Jack Wakshlag, Chief Research Officer of TimeWarner/Turner Broadcasting, discussed the disconnect between management and market researchers. He boiled it down to two primary problems: the elephant in the room and the sacred cow.

The Elephant in the Room

The elephant in the room for the market research industy is the problem or issue that is obvious but ignored: if you want to know how consumers use anything or why, just ask them. What happens when we ask people to think about and tell us what they do or why? They will tell us something. It's just not a very reliable something. "While people are very willing and very good at volunteering information explaining their actions, those explanations ... aren't necessarily true," wrote Malcolm Gladwell in Blink.

Consumers are not conscious, rational beings; in fact, consumers are often not aware of why they behave as they do. What consumers tell us often reflects their best guesses or what they feel is socially acceptable.

Bad research generates and perpetuates this myth of consumer self-awareness. Jack emphasized: "When good researchers fail to challenge bad research, all researchers--including the good researchers--lose credibility.
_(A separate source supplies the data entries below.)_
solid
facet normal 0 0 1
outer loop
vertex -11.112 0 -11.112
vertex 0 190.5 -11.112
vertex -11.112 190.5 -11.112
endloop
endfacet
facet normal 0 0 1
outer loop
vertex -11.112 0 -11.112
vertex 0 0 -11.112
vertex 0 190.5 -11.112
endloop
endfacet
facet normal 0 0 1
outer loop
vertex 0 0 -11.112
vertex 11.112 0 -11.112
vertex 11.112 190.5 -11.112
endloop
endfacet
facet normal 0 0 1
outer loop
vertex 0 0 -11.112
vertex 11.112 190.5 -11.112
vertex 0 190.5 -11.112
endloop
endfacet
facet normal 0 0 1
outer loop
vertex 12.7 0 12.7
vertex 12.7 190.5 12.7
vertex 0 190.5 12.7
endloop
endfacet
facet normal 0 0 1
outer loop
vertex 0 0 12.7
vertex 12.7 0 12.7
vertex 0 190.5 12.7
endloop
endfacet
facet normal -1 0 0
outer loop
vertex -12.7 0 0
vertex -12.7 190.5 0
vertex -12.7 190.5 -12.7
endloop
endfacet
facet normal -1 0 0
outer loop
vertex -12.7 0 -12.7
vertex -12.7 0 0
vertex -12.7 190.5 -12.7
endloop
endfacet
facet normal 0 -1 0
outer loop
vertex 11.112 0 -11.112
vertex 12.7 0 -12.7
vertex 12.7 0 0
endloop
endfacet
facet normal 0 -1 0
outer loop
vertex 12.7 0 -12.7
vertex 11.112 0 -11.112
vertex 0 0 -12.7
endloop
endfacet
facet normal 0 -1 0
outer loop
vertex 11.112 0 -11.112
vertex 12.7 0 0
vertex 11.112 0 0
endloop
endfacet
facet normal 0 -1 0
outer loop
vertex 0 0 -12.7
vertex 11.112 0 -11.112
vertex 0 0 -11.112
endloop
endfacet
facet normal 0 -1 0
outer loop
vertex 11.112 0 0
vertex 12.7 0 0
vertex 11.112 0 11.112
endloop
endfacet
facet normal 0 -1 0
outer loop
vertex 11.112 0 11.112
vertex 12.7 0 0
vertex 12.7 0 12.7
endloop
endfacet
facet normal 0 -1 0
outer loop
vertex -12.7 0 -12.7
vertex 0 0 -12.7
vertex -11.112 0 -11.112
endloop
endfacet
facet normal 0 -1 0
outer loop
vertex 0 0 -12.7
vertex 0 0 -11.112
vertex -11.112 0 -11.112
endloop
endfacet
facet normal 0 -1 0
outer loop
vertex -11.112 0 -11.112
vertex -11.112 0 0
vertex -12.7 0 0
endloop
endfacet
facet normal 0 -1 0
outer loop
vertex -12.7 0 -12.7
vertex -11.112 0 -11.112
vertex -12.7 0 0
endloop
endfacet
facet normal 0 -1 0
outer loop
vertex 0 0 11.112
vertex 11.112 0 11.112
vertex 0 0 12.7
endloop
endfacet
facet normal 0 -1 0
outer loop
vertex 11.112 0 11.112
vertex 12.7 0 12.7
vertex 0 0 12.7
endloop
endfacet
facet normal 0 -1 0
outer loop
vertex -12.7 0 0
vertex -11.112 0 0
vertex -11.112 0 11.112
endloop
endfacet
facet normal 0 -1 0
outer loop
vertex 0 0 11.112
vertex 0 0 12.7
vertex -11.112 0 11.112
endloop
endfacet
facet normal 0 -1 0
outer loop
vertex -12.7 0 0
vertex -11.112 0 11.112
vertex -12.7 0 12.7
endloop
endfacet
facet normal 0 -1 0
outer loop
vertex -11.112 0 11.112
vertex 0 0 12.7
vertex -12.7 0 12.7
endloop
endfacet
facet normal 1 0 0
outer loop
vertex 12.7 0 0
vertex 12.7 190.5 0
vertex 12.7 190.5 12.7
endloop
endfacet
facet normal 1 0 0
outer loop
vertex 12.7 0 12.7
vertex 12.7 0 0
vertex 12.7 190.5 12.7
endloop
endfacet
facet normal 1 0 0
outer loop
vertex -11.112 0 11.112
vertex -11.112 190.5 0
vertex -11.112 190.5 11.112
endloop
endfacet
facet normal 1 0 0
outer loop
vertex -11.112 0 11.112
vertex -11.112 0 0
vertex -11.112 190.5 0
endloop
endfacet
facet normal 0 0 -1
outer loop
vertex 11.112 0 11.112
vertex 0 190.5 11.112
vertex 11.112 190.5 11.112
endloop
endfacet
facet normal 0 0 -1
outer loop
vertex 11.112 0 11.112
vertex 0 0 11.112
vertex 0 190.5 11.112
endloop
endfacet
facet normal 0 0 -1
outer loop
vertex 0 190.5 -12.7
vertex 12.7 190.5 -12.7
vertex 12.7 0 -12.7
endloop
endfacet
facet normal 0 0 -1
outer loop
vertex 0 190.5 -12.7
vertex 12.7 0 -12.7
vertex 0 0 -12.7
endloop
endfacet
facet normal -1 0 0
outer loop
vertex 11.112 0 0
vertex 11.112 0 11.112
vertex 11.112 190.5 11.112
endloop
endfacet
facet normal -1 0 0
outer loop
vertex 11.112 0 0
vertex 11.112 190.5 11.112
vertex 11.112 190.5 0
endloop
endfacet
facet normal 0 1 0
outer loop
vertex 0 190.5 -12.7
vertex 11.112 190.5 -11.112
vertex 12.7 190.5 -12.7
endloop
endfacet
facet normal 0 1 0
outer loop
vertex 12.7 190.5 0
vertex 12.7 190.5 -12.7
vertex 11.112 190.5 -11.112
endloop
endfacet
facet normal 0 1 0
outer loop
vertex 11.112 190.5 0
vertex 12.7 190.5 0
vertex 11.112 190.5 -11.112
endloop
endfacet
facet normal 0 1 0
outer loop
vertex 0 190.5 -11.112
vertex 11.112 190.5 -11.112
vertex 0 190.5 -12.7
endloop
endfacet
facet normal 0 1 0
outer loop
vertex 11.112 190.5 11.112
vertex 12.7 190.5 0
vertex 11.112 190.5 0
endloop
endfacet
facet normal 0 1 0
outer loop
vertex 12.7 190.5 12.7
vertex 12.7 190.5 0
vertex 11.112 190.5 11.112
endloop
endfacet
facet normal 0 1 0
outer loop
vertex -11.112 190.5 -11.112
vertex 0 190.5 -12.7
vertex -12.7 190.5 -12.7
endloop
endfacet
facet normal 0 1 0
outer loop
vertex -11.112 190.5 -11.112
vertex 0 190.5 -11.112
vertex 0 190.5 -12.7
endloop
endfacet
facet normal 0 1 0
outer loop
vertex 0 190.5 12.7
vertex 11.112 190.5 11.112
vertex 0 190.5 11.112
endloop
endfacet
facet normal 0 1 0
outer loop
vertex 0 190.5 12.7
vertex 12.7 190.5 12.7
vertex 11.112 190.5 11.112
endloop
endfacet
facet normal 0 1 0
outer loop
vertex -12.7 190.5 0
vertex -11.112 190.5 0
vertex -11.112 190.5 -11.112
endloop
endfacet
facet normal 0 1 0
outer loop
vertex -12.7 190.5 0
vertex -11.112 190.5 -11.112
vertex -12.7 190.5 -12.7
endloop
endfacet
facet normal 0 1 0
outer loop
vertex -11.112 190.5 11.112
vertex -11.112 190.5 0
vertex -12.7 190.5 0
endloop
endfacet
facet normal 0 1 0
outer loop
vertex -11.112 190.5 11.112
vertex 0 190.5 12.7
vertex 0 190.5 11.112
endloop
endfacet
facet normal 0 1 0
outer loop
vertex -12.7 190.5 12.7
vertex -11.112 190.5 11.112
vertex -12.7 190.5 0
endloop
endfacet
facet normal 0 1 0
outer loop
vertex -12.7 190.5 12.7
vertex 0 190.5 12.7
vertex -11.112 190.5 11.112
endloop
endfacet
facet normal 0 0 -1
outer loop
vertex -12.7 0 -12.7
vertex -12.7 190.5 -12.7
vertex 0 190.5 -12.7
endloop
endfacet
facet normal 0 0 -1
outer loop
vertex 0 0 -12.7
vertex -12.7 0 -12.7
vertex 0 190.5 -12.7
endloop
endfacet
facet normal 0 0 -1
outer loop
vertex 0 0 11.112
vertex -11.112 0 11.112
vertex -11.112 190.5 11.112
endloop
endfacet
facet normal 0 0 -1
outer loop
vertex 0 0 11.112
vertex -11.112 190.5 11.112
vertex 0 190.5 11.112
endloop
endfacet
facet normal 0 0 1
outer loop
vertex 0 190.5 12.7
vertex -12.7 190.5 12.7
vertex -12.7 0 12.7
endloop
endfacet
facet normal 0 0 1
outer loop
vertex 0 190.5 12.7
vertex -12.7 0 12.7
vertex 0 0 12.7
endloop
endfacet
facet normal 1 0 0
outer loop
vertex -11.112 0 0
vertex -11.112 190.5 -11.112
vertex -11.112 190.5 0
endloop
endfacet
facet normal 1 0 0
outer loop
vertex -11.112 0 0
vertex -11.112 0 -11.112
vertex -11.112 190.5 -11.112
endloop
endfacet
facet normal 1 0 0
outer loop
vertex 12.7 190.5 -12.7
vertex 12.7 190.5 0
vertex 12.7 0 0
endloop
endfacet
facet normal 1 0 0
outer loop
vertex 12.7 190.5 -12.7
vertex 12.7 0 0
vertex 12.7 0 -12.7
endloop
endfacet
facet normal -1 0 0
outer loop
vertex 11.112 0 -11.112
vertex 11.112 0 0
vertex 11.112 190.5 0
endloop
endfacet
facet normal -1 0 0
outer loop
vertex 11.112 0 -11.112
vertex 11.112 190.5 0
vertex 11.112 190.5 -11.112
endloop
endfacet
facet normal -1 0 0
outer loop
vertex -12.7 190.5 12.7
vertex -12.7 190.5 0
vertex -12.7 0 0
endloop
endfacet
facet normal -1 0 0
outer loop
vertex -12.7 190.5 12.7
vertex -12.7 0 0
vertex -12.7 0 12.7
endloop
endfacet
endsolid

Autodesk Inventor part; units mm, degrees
ref_plane "YZ Plane" through (0, 0, 0) normal (1, 0, 0) x (0, 1, 0)
ref_plane "XZ Plane" through (0, 0, 0) normal (0, 1, 0) x (-1, 0, 0)
ref_plane "XY Plane" through (0, 0, 0) normal (0, 0, 1) x (1, 0, 0)
sketch "Sketch1" plane through (0, 0, 0) normal (0, 1, 0) x (-1, 0, 0)
  line L0 (12.7, 0) -> (12.7, -12.7)
  line L1 (12.7, -12.7) -> (0, -12.7)
  line L2 (0, 0) -> (24.2319, 0) construction
  line L3 (0, 0) -> (0, -21.2534) construction
  line L4 (12.7, 0) -> (12.7, 12.7)
  line L5 (12.7, 12.7) -> (0, 12.7)
  line L6 (-12.7, 0) -> (-12.7, -12.7)
  line L7 (-12.7, -12.7) -> (0, -12.7)
  line L8 (-12.7, 0) -> (-12.7, 12.7)
  line L9 (-12.7, 12.7) -> (0, 12.7)
  line L10 (0, -11.1125) -> (11.1125, -11.1125)
  line L11 (11.1125, -11.1125) -> (11.1125, 0)
  line L12 (11.1125, 0) -> (11.1125, 11.1125)
  line L13 (11.1125, 11.1125) -> (0, 11.1125)
  line L14 (0, 11.1125) -> (-11.1125, 11.1125)
  line L15 (-11.1125, 11.1125) -> (-11.1125, 0)
  line L16 (-11.1125, 0) -> (-11.1125, -11.1125)
  line L17 (-11.1125, -11.1125) -> (0, -11.1125)
  dimension "d1" = 12.7
  dimension "d2" = 12.7
  dimension "d3" = 12.7
  dimension "d4" = 12.7
  dimension "d5" = 24.2319
  dimension "d6" = 21.2534
  dimension "d7" = 1.5875
extrude "Extrusion1" add sketch "Sketch1" along normal blind 190.5
equation "\"d3\" = d1"
properties part number "gripper arm bracket"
When we report what people say-while behavioral data tells us what people actually do - we lose."

There is a fundamental disconnect when researchers provide advice based on what people say when management makes money on what people do.

Focus on behavioral metrics for your brand - KPIs to gauge the progress and relative strength of your brands. Management wants to win: they want something to follow that tells them how they are doing.

Sacred Cows

Your managers have certain beliefs: how do you deal with those certain beliefs when your results call them to question? "Don't be afraid to challenge sacred cows - in fact, relish the opportunity!" Of course, make sure to have solid data, be prepared to answer detailed questions and offer explanations for why the sacred cow is, in fact, a false hypothesis. Because it can be contentious, do it at the right time in the right place and the right way.

Jack encountered this in the television industry with the "Appointment Viewing" fable - the belief that, because program ratings don't change much from day to day or week to week, it seems to be the same core group of viewers. This myth has many incarnations [reincarnated sacred cows?!]:

  • People generally watch the same shows week in and week out
  • Appointment viewing is critical to the success of a show
  • "Our show has a small but a loyal core audience."

To study this, Turner Research analyzed 44 different shows across many networks and genre types. The study included a survey where programmers and marketing staff gave their perception of how many of 10 episodes the average viewer watched.

On average, across the 44 different shows, people watched 2.5 episodes out of 10. Rather than show many charts and graphs, show them one big number. 

Appointment viewing is a myth, but beliefs in myths don't go down easily.  You have to provide good reasons to support your refutation. For this sacred cow, Jack pointed out:

  • Only 50% of those who view a given program one day are even watching TV at the same time the following day.
  • Everybody has a few shows they hate to miss, but it really is only a few; you can count them on one hand.
  • These "can't miss" shows do not account for a majority of most people's viewing: a large proportion of time is spent with other shows.
  • Our recollections are wrong: we remember those few shows we intended to watch and made sure we watched, and don't recall those other shows that we happened upon.

So, if you want management to listen to you, you must become a more effective communicator.